In fact Chinese mathematics had been in a period of decline for some time. Xu Guang-qi was well aware of this and attributed the decline to academics neglecting practical learning and also to a confusion between mathematics and numerology. The brilliant “tian yuan” or “coefficient array method” or “method of the celestial unknown” for solving equations which had been expounded with such skill by Li Zhi in the 13th century was no longer understood in China. The remarkable progress which the Chinese had made in algebra had been largely forgotten, and practical problems which had been solved by algebra were by this time solved by ad hoc means. Even the Nine Chapters on the Mathematical Art was almost unknown, and Xu Guang-qi himself had never read the brilliant Chinese classic, while The Ten Classics were thought to have been lost. Into this weak period in Chinese mathematics came European mathematics brought by scholars such as Ricci.

Ricci was a Jesuit who had studied in Rome under Clavius. He arrived at Macau on the east coast of China in 1582. He settled in Chao-ch’ing, Kwangtung Province, and began his study of Chinese. He also worked at acquiring understanding of Chinese culture. In 1589 Ricci moved to Shao-chou and began to teach Chinese scholars the mathematical ideas that he had learnt from his teacher Clavius. Together with one of his students, Qu Rukui, he translated the first book of Euclid’s Elements. Ricci attempted to visit Peking in 1595 but, finding the city closed to foreigners, he went instead to Nanking where he lived from 1599. There he presented his essay on the first book of the Elements but this preliminary work is now lost. Ricci was well received in Nanking and this encouraged him to try again to visit Peking which he did in 1601. This time he was allowed to live in the city and he made this his home from that time. He taught mathematics to Chinese students and one of these was the high-ranking public official Xu Guang-qi.

Xu Guang-qi became the first native of China to publish translations of European books into Chinese. Collaborating with Ricci he translated Western books on mathematics, hydraulics, and geography. The first six books of Euclid’s Elements were translated into Chinese in 1607 by Ricci and Xu Guang-qi. They took the Latin commentary on Euclid’s Elements first published by Clavius in 1574. As an amusing note, we remark that their translation of “Clavius” into Chinese meant “nail” so they referred to Clavius as “Mr Ding”! Their method of translation is described in [3]:-

The translation technique involved Ricci explaining the contents of the original text orally to [Xu Guang-qi] who would then write down what he had understood. … Ricci and Xu Guang-qi’s translation respects the order of Clavius’s work completely; however, it is much less verbose …

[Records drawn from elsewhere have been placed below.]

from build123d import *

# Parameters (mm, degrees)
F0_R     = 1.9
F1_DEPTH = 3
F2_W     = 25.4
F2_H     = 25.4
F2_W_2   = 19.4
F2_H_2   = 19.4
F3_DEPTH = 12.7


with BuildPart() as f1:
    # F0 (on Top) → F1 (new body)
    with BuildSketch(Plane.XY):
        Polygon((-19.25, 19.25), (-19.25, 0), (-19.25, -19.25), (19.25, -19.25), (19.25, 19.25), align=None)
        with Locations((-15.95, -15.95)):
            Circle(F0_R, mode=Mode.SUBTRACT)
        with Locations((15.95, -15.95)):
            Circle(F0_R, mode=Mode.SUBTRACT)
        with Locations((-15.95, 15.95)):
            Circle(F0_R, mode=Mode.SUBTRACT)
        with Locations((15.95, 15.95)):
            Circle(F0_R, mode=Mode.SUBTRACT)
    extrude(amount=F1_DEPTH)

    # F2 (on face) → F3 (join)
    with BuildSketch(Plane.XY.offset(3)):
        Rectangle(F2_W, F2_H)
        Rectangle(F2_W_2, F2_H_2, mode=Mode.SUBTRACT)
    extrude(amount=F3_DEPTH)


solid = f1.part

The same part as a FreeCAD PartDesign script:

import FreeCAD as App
import Part
import Sketcher

V = App.Vector
Q = App.Units.Quantity


def add_polygon(sketch, points):
    """Adds a closed chain of lines whose ends are joined by coincident constraints."""
    first, n = sketch.GeometryCount, len(points)
    for a, b in zip(points, points[1:] + points[:1]):
        sketch.addGeometry(Part.LineSegment(App.Vector(*a, 0), App.Vector(*b, 0)), False)
    for i in range(n):
        sketch.addConstraint(Sketcher.Constraint("Coincident", first + i, 2, first + (i + 1) % n, 1))

doc = App.newDocument("Part")
body = doc.addObject("PartDesign::Body", "Body")

# Sketch on XY plane
sketch1 = body.newObject("Sketcher::SketchObject", "Sketch")
sketch1.AttachmentSupport = (doc.getObject("XY_Plane"), [""])
sketch1.MapMode = "FlatFace"
add_polygon(sketch1, [(-19.2, 19.2), (-19.2, -19.2), (19.2, -19.2), (19.2, 19.2)])  # lines 0-3
sketch1.addGeometry(Part.Circle(V(-15.9, -15.9, 0), V(0, 0, 1), 1.9), False)  # 4
sketch1.addGeometry(Part.Circle(V(15.9, -15.9, 0), V(0, 0, 1), 1.9), False)  # 5
sketch1.addGeometry(Part.Circle(V(-15.9, 15.9, 0), V(0, 0, 1), 1.9), False)  # 6
sketch1.addGeometry(Part.Circle(V(15.9, 15.9, 0), V(0, 0, 1), 1.9), False)  # 7
sketch1.addConstraint(Sketcher.Constraint("Vertical", 0))
sketch1.addConstraint(Sketcher.Constraint("Horizontal", 1))
sketch1.addConstraint(Sketcher.Constraint("Vertical", 2))
sketch1.addConstraint(Sketcher.Constraint("Horizontal", 3))
sketch1.addConstraint(Sketcher.Constraint("Equal", 4, 5))
sketch1.addConstraint(Sketcher.Constraint("Equal", 5, 6))
sketch1.addConstraint(Sketcher.Constraint("Equal", 6, 7))
sketch1.addConstraint(Sketcher.Constraint("Symmetric", 5, 3, 6, 3, -1, 1))
sketch1.addConstraint(Sketcher.Constraint("Symmetric", 4, 3, 7, 3, -1, 1))
sketch1.addConstraint(Sketcher.Constraint("Symmetric", 0, 2, 2, 2, -1, 1))
sketch1.addConstraint(Sketcher.Constraint("Symmetric", 4, 3, 5, 3, -2))
sketch1.addConstraint(Sketcher.Constraint("Equal", 3, 0))
sketch1.addConstraint(Sketcher.Constraint("Diameter", 4, Q("3.8 mm")))
sketch1.addConstraint(Sketcher.Constraint("DistanceX", 1, 1, 1, 2, Q("38.5 mm")))
sketch1.addConstraint(Sketcher.Constraint("DistanceX", 4, 3, 5, 3, Q("31.9 mm")))
sketch1.addConstraint(Sketcher.Constraint("DistanceY", 4, 3, 6, 3, Q("31.9 mm")))
pad1 = body.newObject("PartDesign::Pad", "Pad")
pad1.Profile = sketch1
pad1.Length = 3

# Sketch on XY plane
sketch2 = body.newObject("Sketcher::SketchObject", "Sketch001")
sketch2.AttachmentSupport = (doc.getObject("XY_Plane"), [""])
sketch2.MapMode = "FlatFace"
sketch2.AttachmentOffset = App.Placement(V(0, 0, 3), App.Rotation())
add_polygon(sketch2, [(-13, 13), (-13, -13), (13, -13), (13, 13)])  # lines 0-3
add_polygon(sketch2, [(10, -10), (-10, -10), (-10, 10), (10, 10)])  # lines 4-7
sketch2.addConstraint(Sketcher.Constraint("Vertical", 0))
sketch2.addConstraint(Sketcher.Constraint("Horizontal", 1))
sketch2.addConstraint(Sketcher.Constraint("Vertical", 2))
sketch2.addConstraint(Sketcher.Constraint("Horizontal", 3))
sketch2.addConstraint(Sketcher.Constraint("Horizontal", 4))
sketch2.addConstraint(Sketcher.Constraint("Vertical", 5))
sketch2.addConstraint(Sketcher.Constraint("Horizontal", 6))
sketch2.addConstraint(Sketcher.Constraint("Vertical", 7))
sketch2.addConstraint(Sketcher.Constraint("Symmetric", 0, 2, 2, 2, -1, 1))
sketch2.addConstraint(Sketcher.Constraint("Symmetric", 4, 2, 6, 2, -1, 1))
sketch2.addConstraint(Sketcher.Constraint("Equal", 3, 0))
sketch2.addConstraint(Sketcher.Constraint("Equal", 6, 5))
sketch2.addConstraint(Sketcher.Constraint("DistanceX", 1, 1, 1, 2, Q("25.4 mm")))
sketch2.addConstraint(Sketcher.Constraint("DistanceX", 4, 2, 4, 1, Q("19.4 mm")))
pad2 = body.newObject("PartDesign::Pad", "Pad001")
pad2.Profile = sketch2
pad2.Length = 12.7

doc.recompute()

The approach to mathematics in these books must have seemed totally alien to Chinese readers whose approach to the subject had been so radically different. Xu Guang-qi wrote in the foreword to the translation:-

Four things in this book are not necessary; it is not necessary to doubt, to assume new conjectures, to put to the test, to modify. In addition four things in this book are impossible. It is impossible to remove any particular passage, to refute it, to shorten it, or to place it before that which precedes it, or vice versa.

Clearly Xu Guang-qi was a total convert to Western thinking but most other Chinese mathematicians stuck to their traditional way of thinking, questioning what to them was absurd such as “a point has no part”. The Chinese approach to mathematics had been highly practical and to try to fit the Elements into that tradition Xu Guang-qi explained in his preface how the contents had application to the problem of the calendar, to music and to technology. Most readers remained unconvinced. However the new Chinese terminology which Xu Guang-qi had to invent for point, curve, parallel line, acute angle, obtuse angle etc. (these concepts being alien to Chinese mathematics, there were no Chinese words for them) soon became part of Chinese mathematics, as did the style of the geometric figures, in particular the characters Xu Guang-qi chose to label them.

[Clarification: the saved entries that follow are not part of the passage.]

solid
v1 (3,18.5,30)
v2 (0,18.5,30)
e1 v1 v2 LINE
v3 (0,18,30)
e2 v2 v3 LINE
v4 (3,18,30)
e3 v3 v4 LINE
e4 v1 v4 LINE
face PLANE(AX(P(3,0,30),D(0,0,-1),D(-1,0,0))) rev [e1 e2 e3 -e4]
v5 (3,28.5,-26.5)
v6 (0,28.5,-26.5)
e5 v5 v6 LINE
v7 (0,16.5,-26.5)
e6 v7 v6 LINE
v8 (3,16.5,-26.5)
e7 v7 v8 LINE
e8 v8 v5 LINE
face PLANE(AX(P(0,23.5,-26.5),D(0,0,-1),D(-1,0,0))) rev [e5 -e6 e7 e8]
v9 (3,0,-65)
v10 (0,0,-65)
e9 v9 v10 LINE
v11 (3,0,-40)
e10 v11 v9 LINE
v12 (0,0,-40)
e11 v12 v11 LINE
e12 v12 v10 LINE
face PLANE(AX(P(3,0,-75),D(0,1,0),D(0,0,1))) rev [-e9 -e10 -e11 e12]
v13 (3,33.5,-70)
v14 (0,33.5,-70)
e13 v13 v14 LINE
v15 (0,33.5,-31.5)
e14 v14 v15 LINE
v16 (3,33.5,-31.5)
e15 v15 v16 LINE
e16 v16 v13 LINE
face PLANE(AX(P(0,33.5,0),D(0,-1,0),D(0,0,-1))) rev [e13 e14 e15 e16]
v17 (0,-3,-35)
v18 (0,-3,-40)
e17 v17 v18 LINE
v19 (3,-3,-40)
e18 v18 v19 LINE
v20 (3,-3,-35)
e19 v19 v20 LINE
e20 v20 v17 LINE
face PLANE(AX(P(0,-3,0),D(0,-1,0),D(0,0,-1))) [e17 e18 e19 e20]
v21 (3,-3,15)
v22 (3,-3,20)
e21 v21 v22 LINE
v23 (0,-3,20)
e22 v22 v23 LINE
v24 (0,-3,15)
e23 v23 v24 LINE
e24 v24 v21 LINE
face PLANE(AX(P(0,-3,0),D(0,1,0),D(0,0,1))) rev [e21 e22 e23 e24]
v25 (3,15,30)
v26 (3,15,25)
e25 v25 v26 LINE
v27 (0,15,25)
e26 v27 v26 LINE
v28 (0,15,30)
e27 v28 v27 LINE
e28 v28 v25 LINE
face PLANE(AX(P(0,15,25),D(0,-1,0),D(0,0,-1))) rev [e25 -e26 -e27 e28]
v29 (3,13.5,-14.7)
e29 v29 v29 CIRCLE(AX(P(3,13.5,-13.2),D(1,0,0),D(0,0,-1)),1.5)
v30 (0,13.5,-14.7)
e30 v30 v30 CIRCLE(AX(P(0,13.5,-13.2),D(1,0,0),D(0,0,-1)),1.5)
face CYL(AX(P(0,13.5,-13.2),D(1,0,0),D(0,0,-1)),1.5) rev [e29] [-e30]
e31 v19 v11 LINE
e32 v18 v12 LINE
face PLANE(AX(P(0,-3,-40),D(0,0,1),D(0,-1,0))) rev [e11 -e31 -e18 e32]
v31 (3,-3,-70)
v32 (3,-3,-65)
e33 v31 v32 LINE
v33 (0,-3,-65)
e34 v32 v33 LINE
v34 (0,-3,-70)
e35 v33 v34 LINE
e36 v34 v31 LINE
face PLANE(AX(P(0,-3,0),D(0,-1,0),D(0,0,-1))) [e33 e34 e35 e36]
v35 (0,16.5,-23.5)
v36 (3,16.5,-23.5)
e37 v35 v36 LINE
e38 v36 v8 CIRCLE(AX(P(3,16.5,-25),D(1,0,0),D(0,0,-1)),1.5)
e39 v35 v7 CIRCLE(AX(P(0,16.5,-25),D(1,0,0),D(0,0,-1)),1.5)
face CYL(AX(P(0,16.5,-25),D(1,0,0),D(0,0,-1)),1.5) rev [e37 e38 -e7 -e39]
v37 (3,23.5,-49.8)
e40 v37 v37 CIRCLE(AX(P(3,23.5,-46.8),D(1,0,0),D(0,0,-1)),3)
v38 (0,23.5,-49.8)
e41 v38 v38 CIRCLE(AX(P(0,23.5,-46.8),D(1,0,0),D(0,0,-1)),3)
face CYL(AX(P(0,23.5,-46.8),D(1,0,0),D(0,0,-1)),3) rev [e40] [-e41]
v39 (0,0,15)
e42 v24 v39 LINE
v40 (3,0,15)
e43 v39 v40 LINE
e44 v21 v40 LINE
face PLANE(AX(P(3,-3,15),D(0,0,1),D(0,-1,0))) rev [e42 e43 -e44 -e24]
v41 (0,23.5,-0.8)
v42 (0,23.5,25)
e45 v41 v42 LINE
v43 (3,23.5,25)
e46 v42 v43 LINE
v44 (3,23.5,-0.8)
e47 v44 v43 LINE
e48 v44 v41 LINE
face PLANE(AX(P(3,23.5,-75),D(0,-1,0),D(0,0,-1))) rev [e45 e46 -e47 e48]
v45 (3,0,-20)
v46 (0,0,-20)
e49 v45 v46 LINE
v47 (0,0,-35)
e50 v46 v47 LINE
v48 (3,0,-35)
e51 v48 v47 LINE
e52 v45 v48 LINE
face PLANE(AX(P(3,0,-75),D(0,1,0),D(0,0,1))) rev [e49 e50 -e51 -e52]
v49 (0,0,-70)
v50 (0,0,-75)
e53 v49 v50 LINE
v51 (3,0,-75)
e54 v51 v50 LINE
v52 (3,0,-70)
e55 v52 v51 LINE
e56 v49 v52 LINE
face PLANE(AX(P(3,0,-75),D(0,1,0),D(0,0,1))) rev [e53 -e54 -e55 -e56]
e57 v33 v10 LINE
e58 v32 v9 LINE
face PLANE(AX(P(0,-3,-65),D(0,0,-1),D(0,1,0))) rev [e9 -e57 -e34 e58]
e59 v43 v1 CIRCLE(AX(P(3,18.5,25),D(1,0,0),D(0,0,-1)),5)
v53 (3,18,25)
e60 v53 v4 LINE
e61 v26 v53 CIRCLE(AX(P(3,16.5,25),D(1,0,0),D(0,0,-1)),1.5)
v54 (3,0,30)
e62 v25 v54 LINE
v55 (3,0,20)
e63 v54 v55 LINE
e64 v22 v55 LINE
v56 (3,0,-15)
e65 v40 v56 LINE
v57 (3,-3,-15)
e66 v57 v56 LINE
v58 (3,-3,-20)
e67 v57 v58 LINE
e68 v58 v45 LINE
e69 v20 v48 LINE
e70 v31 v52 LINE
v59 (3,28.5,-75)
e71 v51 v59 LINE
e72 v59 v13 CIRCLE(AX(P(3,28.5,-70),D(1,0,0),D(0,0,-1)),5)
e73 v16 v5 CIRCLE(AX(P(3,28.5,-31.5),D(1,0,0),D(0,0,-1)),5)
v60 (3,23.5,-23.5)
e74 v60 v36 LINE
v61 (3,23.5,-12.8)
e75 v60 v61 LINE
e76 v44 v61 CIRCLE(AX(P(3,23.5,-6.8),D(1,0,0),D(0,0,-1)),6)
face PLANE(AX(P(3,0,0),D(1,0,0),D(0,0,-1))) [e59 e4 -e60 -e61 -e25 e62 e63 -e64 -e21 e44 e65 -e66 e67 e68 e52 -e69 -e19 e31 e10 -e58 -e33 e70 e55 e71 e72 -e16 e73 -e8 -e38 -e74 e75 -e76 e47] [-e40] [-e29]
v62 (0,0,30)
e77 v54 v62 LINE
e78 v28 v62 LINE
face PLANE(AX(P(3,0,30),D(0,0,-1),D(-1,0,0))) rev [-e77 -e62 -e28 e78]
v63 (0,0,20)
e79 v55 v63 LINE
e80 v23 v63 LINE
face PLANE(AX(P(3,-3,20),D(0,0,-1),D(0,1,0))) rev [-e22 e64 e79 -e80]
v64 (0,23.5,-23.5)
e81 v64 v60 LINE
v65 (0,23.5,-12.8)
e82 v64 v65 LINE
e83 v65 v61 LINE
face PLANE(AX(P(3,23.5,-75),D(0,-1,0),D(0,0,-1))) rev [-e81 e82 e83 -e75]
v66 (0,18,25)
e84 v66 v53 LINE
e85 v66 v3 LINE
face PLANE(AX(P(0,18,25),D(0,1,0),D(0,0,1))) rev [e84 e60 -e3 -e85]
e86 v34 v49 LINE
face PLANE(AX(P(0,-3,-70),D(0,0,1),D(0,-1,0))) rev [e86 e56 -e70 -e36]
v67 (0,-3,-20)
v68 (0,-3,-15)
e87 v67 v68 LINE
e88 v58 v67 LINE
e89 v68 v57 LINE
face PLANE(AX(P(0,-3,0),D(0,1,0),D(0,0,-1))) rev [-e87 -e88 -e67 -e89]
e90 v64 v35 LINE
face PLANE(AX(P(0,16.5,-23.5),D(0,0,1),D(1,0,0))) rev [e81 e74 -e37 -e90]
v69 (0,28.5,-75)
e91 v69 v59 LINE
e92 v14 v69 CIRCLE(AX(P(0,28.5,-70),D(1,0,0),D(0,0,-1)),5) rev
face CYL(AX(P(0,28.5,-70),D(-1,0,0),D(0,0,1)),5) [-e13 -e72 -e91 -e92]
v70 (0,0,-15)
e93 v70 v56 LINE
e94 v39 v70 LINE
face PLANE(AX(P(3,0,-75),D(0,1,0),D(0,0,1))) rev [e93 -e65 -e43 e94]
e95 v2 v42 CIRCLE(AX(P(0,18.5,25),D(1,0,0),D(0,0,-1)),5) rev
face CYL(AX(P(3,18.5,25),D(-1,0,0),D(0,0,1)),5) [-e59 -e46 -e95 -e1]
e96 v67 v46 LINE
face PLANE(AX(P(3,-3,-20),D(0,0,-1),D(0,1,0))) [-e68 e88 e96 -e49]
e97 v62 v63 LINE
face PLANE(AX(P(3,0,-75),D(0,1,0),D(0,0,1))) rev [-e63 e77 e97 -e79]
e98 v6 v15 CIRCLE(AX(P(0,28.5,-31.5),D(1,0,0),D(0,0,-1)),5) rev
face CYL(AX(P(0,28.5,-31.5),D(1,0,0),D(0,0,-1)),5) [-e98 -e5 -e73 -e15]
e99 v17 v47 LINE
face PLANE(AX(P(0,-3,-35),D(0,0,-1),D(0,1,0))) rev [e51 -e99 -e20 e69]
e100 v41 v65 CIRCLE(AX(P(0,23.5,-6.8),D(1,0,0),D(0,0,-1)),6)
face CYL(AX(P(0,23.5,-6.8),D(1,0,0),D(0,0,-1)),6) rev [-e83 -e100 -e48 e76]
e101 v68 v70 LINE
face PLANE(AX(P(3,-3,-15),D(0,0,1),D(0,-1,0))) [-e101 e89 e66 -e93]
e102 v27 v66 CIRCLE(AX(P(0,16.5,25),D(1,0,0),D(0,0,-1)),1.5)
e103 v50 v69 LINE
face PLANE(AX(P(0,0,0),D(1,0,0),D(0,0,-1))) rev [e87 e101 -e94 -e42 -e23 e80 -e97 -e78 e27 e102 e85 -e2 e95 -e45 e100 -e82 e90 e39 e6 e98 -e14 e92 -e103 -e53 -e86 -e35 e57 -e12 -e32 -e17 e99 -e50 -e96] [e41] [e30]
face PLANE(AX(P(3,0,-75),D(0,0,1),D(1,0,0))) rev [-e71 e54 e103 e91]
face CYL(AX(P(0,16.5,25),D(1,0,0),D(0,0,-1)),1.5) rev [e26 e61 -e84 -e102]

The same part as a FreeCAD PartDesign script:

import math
import FreeCAD as App
import Part
import Sketcher

V = App.Vector
Q = App.Units.Quantity


def edges_at(feature, points):
    """Names of the edges that pass closest to the given points."""
    edges = feature.Shape.Edges
    near = lambda p: min(range(len(edges)), key=lambda i: edges[i].distToShape(Part.Vertex(*p))[0])
    return sorted({f"Edge{near(p) + 1}" for p in points})


def add_polygon(sketch, points):
    """Adds a closed chain of lines whose ends are joined by coincident constraints."""
    first, n = sketch.GeometryCount, len(points)
    for a, b in zip(points, points[1:] + points[:1]):
        sketch.addGeometry(Part.LineSegment(App.Vector(*a, 0), App.Vector(*b, 0)), False)
    for i in range(n):
        sketch.addConstraint(Sketcher.Constraint("Coincident", first + i, 2, first + (i + 1) % n, 1))

doc = App.newDocument("Part")
body = doc.addObject("PartDesign::Body", "Body")

sketch1 = body.newObject("Sketcher::SketchObject", "Sketch")
sketch1.AttachmentSupport = (doc.getObject("YZ_Plane"), [""])
sketch1.MapMode = "FlatFace"
add_polygon(sketch1, [(23.5, 30), (0, 30), (0, -75), (23.5, -75)])
sketch1.addConstraint([
    Sketcher.Constraint("Horizontal", 0),
    Sketcher.Constraint("Vertical", 1),
    Sketcher.Constraint("Horizontal", 2),
    Sketcher.Constraint("Vertical", 3),
    Sketcher.Constraint("PointOnObject", 0, 2, -2),
    Sketcher.Constraint("DistanceY", 1, 2, 1, 1, Q("105 mm")),
    Sketcher.Constraint("DistanceX", 0, 2, 0, 1, Q("23.5 mm")),
    Sketcher.Constraint("DistanceY", -1, 1, 0, 2, Q("30 mm")),
])
pad1 = body.newObject("PartDesign::Pad", "Pad")
pad1.Profile = sketch1
pad1.Length = 3

sketch2 = body.newObject("Sketcher::SketchObject", "Sketch001")
sketch2.AttachmentSupport = (doc.getObject("YZ_Plane"), [""])
sketch2.MapMode = "FlatFace"
sketch2.AttachmentOffset = App.Placement(V(0, 0, 3), App.Rotation())
sketch2.addGeometry([
    Part.Circle(V(23.5, -6.8, 0), V(0, 0, 1), 6),
    Part.Circle(V(13.5, -13.2, 0), V(0, 0, 1), 1.5),
], False)
sketch2.addConstraint([
    Sketcher.Constraint("Diameter", 0, Q("12 mm")),
    Sketcher.Constraint("Diameter", 1, Q("3 mm")),
    Sketcher.Constraint("DistanceX", 1, 3, 0, 3, Q("10 mm")),
    Sketcher.Constraint("DistanceX", -1, 1, 0, 3, Q("23.5 mm")),
    Sketcher.Constraint("DistanceY", 0, 3, -1, 1, Q("6.8 mm")),
    Sketcher.Constraint("DistanceY", 1, 3, -1, 1, Q("13.2 mm")),
])
pocket1 = body.newObject("PartDesign::Pocket", "Pocket")
pocket1.Profile = sketch2
pocket1.Type = "ThroughAll"

sketch3 = body.newObject("Sketcher::SketchObject", "Sketch002")
sketch3.AttachmentSupport = (doc.getObject("YZ_Plane"), [""])
sketch3.MapMode = "FlatFace"
sketch3.AttachmentOffset = App.Placement(V(0, 0, 3), App.Rotation())
sketch3.addGeometry([
    Part.LineSegment(V(15, 30, 0), V(15, 25, 0)),
    Part.ArcOfCircle(Part.Circle(V(16.5, 25, 0), V(0, 0, 1), 1.5), math.radians(180), math.radians(360)),
    Part.LineSegment(V(18, 25, 0), V(18, 30, 0)),
    Part.LineSegment(V(18, 30, 0), V(15, 30, 0)),
], False)
sketch3.addConstraint([
    Sketcher.Constraint("Tangent", 0, 2, 1, 1),
    Sketcher.Constraint("Tangent", 1, 2, 2, 1),
    Sketcher.Constraint("Coincident", 2, 2, 3, 1),
    Sketcher.Constraint("Coincident", 3, 2, 0, 1),
    Sketcher.Constraint("Vertical", 0),
    Sketcher.Constraint("Vertical", 2),
    Sketcher.Constraint("Horizontal", 3),
    Sketcher.Constraint("Radius", 1, Q("1.5 mm")),
    Sketcher.Constraint("DistanceY", 0, 2, 0, 1, Q("5 mm")),
    Sketcher.Constraint("DistanceY", -1, 1, 1, 3, Q("25 mm")),
    Sketcher.Constraint("DistanceX", -1, 1, 0, 2, Q("15 mm")),
])
pocket2 = body.newObject("PartDesign::Pocket", "Pocket001")
pocket2.Profile = sketch3
pocket2.Type = "ThroughAll"

sketch4 = body.newObject("Sketcher::SketchObject", "Sketch003")
sketch4.AttachmentSupport = (doc.getObject("XZ_Plane"), [""])
sketch4.MapMode = "FlatFace"
add_polygon(sketch4, [(0, 20), (0, 15), (3, 15), (3, 20)])
sketch4.addConstraint([
    Sketcher.Constraint("Vertical", 0),
    Sketcher.Constraint("Horizontal", 1),
    Sketcher.Constraint("Vertical", 2),
    Sketcher.Constraint("Horizontal", 3),
    Sketcher.Constraint("PointOnObject", 0, 2, -2),
    Sketcher.Constraint("DistanceX", 1, 1, 1, 2, Q("3 mm")),
    Sketcher.Constraint("DistanceY", 0, 2, 0, 1, Q("5 mm")),
    Sketcher.Constraint("DistanceY", -1, 1, 0, 2, Q("15 mm")),
])
pad2 = body.newObject("PartDesign::Pad", "Pad001")
pad2.Profile = sketch4
pad2.Length = 3
doc.recompute()

mirrored = body.newObject("PartDesign::Mirrored", "Mirrored")
mirrored.Originals = [pad2]
mirrored.MirrorPlane = (doc.getObject("XY_Plane"), [""])
body.Tip = mirrored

In one sense Xu Guang-qi did a disservice to Chinese mathematics. He was converted to Christianity by Ricci and adopted the position that Chinese culture was inferior to that of the West, in particular, as we indicated above, in their mathematical tradition. This was a great shame, for although clearly much had to be learnt from the transmission of knowledge, there was no need to talk down the fine achievements of the Chinese through a different approach. Xu Guangqi wrote:-

Rules in the West different from ours we do not have. Rules in the East that are the same as in the west are all right, those different from those in the west are all wrong. … Therefore though The Ten Mathematical Classics are lost, this is not a pity, for they were nothing but worn-out shoes.

He predicted that soon everyone in China would be studying the Elements and in this he was largely correct since Western schools were set up in China in which the study of the elements was a compulsory topic.

Ricci’s main aim in China was to convert the Chinese to Christianity. Many, both in China and in the European Christian Church, felt that he used Western mathematics, science and technology as an unreasonable means to achieve conversions. Ricci himself felt that reforming the Chinese calendar would be the most effective step that could be taken, so “proving” the power of Christianity. Indeed the question of calendar reform had occupied the Chinese for 200 years but, despite various proposals being made, the Bureau of Astronomy had been cautious and done nothing. Xu Guang-qi was already interested in calendar reform before he met Ricci, so he was soon involved in the debate.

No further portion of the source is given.